Lori Gabriel was seated on a United Airlines flight with her four-year-old her son, Braysen. The little boy who usually loves to fly, began to have what Lori described as “a meltdown.”
The flight was about to take off from San Diego when Braysen, who suffers from autism, slipped out of his seat and wanted to sit in the aisle.
“We were trying to get him back into his chair and get his seatbelt back on, and that’s when he had his meltdown and started kicking, screaming and hitting,” said Gabriel in an interview with Fox News.
A flight attendant told her that the flight couldn’t take off until Braysen was seated. Concerned that they were going to get kicked off the flight Gabriel apologised and explained that Braysen was autistic.

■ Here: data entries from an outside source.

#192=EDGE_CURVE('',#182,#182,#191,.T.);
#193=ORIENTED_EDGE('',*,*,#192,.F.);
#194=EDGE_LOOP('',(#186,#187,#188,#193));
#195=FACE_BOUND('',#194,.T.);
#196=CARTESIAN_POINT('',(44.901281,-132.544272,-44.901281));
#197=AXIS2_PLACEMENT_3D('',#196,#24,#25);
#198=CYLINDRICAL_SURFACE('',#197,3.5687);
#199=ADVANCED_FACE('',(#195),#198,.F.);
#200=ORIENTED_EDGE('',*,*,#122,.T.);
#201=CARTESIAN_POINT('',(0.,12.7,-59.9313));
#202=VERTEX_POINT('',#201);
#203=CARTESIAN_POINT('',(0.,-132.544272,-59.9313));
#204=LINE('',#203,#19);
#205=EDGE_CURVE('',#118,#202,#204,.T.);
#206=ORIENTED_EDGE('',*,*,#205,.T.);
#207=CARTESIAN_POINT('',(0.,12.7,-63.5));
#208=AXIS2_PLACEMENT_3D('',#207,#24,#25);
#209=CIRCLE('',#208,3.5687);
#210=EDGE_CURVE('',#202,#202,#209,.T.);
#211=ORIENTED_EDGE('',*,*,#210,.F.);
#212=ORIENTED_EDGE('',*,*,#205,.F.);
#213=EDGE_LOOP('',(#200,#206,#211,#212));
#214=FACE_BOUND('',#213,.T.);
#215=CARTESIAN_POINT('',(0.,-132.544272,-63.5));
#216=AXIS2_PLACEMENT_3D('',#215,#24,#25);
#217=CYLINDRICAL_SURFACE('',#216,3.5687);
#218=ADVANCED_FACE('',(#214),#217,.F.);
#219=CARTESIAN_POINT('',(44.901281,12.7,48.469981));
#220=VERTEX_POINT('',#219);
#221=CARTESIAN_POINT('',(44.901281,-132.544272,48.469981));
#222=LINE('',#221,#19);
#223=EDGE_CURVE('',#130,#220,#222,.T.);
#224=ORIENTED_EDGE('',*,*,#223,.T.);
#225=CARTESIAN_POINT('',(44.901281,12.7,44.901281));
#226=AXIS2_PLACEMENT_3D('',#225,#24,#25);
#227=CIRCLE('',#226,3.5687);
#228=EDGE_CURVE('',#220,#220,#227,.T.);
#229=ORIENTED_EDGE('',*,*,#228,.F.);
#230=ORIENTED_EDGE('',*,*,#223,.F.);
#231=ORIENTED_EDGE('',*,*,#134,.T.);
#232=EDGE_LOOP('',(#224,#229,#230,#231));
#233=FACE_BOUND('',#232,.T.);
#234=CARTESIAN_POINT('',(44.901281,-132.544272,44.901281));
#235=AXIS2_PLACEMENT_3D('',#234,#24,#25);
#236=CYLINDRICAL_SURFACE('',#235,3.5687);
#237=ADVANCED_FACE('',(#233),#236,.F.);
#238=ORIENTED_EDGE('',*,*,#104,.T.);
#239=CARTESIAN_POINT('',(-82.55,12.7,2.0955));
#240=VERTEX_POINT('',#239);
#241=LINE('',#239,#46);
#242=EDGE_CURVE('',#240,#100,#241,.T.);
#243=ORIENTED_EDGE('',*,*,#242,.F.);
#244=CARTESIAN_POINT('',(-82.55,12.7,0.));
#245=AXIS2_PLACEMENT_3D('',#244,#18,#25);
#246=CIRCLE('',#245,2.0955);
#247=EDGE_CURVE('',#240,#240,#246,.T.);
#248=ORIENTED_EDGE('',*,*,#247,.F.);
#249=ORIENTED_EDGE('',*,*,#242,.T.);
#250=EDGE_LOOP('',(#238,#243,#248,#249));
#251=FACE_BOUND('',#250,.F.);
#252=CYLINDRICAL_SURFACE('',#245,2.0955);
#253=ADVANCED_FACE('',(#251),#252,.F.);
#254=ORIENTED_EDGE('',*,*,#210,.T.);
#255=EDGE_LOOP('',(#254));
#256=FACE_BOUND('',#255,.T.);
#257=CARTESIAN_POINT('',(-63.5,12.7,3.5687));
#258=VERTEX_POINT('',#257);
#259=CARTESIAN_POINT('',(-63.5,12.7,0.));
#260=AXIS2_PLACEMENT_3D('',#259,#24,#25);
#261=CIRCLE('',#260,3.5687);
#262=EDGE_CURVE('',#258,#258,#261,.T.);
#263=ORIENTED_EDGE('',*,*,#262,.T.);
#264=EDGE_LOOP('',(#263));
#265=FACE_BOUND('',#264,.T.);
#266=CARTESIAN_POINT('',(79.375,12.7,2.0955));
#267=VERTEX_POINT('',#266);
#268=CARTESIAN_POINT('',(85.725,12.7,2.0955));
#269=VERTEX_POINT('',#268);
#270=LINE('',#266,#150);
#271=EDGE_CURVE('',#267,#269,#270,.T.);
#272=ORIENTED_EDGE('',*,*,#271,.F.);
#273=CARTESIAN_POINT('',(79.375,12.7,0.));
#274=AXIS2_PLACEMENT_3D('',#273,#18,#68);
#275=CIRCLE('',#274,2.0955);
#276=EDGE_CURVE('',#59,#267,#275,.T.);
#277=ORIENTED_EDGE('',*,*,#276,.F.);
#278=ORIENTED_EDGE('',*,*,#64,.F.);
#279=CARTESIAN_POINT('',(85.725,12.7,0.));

The flight attendant allowed Gabriel to hold Braysen on her lap for takeoff.
Gabriel told Fox News that after the seatbelt sign had been turned off, “I just couldn’t hold him anymore because he was fighting me the entire time and that’s when he sat on the floor.”

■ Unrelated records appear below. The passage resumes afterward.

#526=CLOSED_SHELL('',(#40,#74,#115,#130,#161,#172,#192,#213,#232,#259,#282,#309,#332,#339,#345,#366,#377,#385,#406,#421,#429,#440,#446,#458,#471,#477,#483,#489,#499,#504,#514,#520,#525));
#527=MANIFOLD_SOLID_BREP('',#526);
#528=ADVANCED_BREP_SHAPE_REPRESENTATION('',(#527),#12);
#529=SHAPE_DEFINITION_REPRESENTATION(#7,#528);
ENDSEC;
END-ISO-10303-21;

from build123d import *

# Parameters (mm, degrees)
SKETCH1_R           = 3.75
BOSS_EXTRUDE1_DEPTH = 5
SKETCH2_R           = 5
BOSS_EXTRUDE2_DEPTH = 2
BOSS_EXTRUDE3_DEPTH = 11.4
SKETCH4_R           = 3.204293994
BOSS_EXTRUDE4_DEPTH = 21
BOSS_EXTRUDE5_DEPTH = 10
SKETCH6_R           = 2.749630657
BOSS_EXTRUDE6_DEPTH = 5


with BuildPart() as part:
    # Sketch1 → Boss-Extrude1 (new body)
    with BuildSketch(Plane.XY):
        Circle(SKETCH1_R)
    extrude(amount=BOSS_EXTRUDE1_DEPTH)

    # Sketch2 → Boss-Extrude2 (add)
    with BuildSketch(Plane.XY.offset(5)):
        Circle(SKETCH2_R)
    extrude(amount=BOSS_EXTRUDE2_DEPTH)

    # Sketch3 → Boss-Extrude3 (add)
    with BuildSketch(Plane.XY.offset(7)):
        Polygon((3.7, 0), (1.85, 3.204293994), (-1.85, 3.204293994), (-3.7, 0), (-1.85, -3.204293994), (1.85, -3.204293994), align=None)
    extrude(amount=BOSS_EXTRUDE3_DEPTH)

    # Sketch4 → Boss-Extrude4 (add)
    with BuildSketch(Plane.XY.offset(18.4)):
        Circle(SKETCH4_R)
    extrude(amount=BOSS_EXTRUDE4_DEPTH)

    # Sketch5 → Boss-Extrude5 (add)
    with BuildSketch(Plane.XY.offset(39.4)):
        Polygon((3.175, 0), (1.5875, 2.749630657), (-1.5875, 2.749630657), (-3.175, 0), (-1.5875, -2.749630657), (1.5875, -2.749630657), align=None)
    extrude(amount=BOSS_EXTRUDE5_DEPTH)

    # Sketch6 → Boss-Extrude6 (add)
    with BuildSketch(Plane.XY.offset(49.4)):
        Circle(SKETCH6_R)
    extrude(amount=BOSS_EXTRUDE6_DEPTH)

She was impressed with the treatment she and her son received from United Airlines. Braysen made his way up to the first-class section and was “messing” with a man’s seat and was not told off by anyone on board.

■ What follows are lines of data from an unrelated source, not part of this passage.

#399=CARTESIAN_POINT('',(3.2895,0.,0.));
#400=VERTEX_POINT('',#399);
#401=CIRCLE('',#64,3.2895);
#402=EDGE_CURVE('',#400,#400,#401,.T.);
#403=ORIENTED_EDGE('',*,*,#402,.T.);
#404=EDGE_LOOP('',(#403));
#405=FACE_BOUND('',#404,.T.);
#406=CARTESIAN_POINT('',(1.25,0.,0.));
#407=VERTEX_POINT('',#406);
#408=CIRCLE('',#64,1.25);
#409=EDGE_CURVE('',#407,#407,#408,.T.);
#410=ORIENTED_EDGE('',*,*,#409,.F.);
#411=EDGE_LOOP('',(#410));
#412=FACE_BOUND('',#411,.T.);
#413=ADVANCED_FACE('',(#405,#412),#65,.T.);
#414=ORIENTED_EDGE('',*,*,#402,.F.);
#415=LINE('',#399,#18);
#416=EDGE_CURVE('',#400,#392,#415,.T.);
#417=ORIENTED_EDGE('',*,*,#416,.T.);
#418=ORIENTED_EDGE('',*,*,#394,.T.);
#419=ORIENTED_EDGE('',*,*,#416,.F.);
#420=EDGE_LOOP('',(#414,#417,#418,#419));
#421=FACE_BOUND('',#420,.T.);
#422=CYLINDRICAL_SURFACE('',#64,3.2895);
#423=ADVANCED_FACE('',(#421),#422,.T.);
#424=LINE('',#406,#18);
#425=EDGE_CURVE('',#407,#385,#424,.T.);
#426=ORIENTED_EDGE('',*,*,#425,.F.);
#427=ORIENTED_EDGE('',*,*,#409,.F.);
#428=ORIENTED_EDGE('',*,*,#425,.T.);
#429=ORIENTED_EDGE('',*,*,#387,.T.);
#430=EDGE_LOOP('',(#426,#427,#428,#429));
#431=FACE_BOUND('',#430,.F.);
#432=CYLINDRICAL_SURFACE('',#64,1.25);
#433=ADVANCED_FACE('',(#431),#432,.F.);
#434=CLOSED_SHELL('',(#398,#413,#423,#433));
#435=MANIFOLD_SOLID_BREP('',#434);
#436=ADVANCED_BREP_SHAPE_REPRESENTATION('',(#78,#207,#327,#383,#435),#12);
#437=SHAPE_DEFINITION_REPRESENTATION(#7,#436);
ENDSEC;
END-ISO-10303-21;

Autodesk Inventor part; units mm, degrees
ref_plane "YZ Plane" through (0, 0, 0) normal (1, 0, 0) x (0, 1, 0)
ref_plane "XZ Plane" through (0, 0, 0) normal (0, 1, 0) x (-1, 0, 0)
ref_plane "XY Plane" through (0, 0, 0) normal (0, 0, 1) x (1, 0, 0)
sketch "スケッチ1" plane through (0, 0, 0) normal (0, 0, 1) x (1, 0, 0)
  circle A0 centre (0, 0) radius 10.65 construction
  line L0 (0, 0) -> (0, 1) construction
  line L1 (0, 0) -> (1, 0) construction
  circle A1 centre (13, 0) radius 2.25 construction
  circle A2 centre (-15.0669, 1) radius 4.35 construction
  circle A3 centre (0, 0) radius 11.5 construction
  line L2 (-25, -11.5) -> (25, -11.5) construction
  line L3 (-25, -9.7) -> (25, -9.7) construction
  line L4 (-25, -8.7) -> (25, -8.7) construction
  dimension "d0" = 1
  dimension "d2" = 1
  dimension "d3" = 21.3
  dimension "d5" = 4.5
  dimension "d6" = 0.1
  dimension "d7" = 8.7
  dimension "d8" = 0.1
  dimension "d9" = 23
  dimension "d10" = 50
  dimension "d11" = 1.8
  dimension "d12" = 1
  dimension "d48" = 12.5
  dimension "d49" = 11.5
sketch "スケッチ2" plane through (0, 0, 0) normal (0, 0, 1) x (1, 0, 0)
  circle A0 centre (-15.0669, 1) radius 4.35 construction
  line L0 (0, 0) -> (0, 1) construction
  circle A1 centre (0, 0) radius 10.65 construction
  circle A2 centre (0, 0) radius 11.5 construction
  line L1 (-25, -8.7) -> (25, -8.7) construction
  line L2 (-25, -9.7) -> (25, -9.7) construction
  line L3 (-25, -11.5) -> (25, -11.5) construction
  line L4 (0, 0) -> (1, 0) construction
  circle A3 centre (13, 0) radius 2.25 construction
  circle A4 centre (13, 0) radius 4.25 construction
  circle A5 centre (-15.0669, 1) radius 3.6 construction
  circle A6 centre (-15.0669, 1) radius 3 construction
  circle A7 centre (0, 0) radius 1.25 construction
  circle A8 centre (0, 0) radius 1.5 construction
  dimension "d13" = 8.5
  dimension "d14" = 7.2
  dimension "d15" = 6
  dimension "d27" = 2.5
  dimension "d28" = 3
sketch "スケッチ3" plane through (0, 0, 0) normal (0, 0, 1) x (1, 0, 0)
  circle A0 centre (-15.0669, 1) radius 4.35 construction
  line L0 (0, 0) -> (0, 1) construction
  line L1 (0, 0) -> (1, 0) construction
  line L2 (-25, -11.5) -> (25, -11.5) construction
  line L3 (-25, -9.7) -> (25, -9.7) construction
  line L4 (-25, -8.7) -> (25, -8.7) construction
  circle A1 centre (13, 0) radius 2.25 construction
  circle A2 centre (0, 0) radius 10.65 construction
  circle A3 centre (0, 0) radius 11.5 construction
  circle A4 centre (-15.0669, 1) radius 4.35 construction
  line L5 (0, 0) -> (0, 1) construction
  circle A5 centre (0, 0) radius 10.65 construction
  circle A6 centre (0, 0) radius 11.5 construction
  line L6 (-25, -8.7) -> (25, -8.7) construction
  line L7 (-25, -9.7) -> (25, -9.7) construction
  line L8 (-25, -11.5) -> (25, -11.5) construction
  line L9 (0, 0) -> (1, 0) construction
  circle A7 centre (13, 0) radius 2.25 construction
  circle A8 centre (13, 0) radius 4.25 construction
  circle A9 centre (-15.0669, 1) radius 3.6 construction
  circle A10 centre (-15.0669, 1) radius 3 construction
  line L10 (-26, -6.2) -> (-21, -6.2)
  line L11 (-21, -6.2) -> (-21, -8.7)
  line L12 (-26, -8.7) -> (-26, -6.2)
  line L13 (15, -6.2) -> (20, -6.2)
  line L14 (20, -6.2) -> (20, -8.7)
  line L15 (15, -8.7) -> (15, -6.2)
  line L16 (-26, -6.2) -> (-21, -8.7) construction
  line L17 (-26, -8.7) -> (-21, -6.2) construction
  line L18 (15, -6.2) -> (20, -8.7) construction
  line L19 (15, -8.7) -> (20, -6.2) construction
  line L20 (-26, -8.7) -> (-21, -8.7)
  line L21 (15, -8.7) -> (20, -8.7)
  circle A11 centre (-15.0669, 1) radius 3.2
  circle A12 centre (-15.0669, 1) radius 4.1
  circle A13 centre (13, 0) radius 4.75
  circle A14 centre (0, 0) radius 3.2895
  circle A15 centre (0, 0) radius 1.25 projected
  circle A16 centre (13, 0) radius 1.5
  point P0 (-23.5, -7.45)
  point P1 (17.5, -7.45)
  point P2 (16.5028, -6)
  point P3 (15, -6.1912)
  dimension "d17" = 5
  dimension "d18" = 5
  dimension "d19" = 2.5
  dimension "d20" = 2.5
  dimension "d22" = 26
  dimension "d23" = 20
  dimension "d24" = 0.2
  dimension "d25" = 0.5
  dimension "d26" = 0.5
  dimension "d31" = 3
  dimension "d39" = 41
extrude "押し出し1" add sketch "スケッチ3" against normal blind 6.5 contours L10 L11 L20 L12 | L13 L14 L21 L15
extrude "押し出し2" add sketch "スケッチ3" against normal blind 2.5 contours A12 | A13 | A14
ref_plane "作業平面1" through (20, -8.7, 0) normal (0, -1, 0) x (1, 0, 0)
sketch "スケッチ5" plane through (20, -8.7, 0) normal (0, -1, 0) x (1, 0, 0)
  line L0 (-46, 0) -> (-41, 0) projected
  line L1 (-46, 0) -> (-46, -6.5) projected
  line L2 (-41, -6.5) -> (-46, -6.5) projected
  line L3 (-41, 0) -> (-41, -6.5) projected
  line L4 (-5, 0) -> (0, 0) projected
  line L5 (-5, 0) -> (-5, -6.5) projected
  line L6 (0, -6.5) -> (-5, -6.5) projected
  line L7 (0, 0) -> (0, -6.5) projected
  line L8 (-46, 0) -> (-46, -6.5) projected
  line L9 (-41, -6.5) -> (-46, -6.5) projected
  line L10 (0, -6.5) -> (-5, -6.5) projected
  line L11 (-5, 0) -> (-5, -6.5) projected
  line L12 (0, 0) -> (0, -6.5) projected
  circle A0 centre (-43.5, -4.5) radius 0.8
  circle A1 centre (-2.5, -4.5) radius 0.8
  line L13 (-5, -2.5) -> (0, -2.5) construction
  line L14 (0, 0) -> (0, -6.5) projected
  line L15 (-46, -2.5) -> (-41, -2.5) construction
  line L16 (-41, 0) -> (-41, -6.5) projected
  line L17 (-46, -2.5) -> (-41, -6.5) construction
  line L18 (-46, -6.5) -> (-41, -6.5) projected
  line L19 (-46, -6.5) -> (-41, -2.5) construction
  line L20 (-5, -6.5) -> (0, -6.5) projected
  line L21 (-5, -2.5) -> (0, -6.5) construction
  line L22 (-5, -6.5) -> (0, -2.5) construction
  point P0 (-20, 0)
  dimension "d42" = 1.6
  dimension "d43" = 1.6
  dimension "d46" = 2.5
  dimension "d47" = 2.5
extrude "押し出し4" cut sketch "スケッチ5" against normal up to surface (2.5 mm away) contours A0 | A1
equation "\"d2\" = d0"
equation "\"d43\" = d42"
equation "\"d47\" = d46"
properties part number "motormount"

After touchdown in Houston, she posted on Facebook saying: “To the man in first-class seat 6C you rock thanks for playing with Braysen and not minding him kicking your seat or messing with you! He loved your high fives!”
She also thanked a lady (an off-duty United flight attendant who was seated nearby) for an encouraging note she wrote and for not being bothered when Braysen began kicking her feet as he was on the ground.